--- RECORDS ---

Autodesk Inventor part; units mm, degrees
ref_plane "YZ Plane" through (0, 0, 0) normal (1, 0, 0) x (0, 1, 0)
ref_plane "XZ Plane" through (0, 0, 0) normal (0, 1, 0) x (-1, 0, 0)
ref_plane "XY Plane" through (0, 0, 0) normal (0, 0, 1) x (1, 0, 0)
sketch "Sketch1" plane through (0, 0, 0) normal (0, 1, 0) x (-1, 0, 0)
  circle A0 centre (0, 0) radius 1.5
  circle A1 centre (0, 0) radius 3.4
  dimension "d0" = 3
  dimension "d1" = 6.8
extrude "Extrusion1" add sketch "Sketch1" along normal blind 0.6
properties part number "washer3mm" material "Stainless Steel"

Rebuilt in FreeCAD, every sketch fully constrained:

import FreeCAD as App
import Part
import Sketcher

V = App.Vector
Q = App.Units.Quantity

doc = App.newDocument("Part")
body = doc.addObject("PartDesign::Body", "Body")

sketch1 = body.newObject("Sketcher::SketchObject", "Sketch")
sketch1.AttachmentSupport = (doc.getObject("XZ_Plane"), [""])
sketch1.MapMode = "FlatFace"
sketch1.addGeometry([
    Part.Circle(V(0, 0, 0), V(0, 0, 1), 3.4),
    Part.Circle(V(0, 0, 0), V(0, 0, 1), 1.5),
], False)
sketch1.addConstraint([
    Sketcher.Constraint("Coincident", 0, 3, -1, 1),
    Sketcher.Constraint("Coincident", 1, 3, -1, 1),
    Sketcher.Constraint("Diameter", 1, Q("3 mm")),
    Sketcher.Constraint("Diameter", 0, Q("6.8 mm")),
])
pad1 = body.newObject("PartDesign::Pad", "Pad")
pad1.Profile = sketch1
pad1.Length = 0.6
pad1.Reversed = True

doc.recompute()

---

## EXERCISE BRIEF
Write out exactly the lines from the beginning of the material above through the line with "1) x (1, 0, 0)", including both and omitting all others.

## TASK RESULT
Autodesk Inventor part; units mm, degrees
ref_plane "YZ Plane" through (0, 0, 0) normal (1, 0, 0) x (0, 1, 0)
ref_plane "XZ Plane" through (0, 0, 0) normal (0, 1, 0) x (-1, 0, 0)
ref_plane "XY Plane" through (0, 0, 0) normal (0, 0, 1) x (1, 0, 0)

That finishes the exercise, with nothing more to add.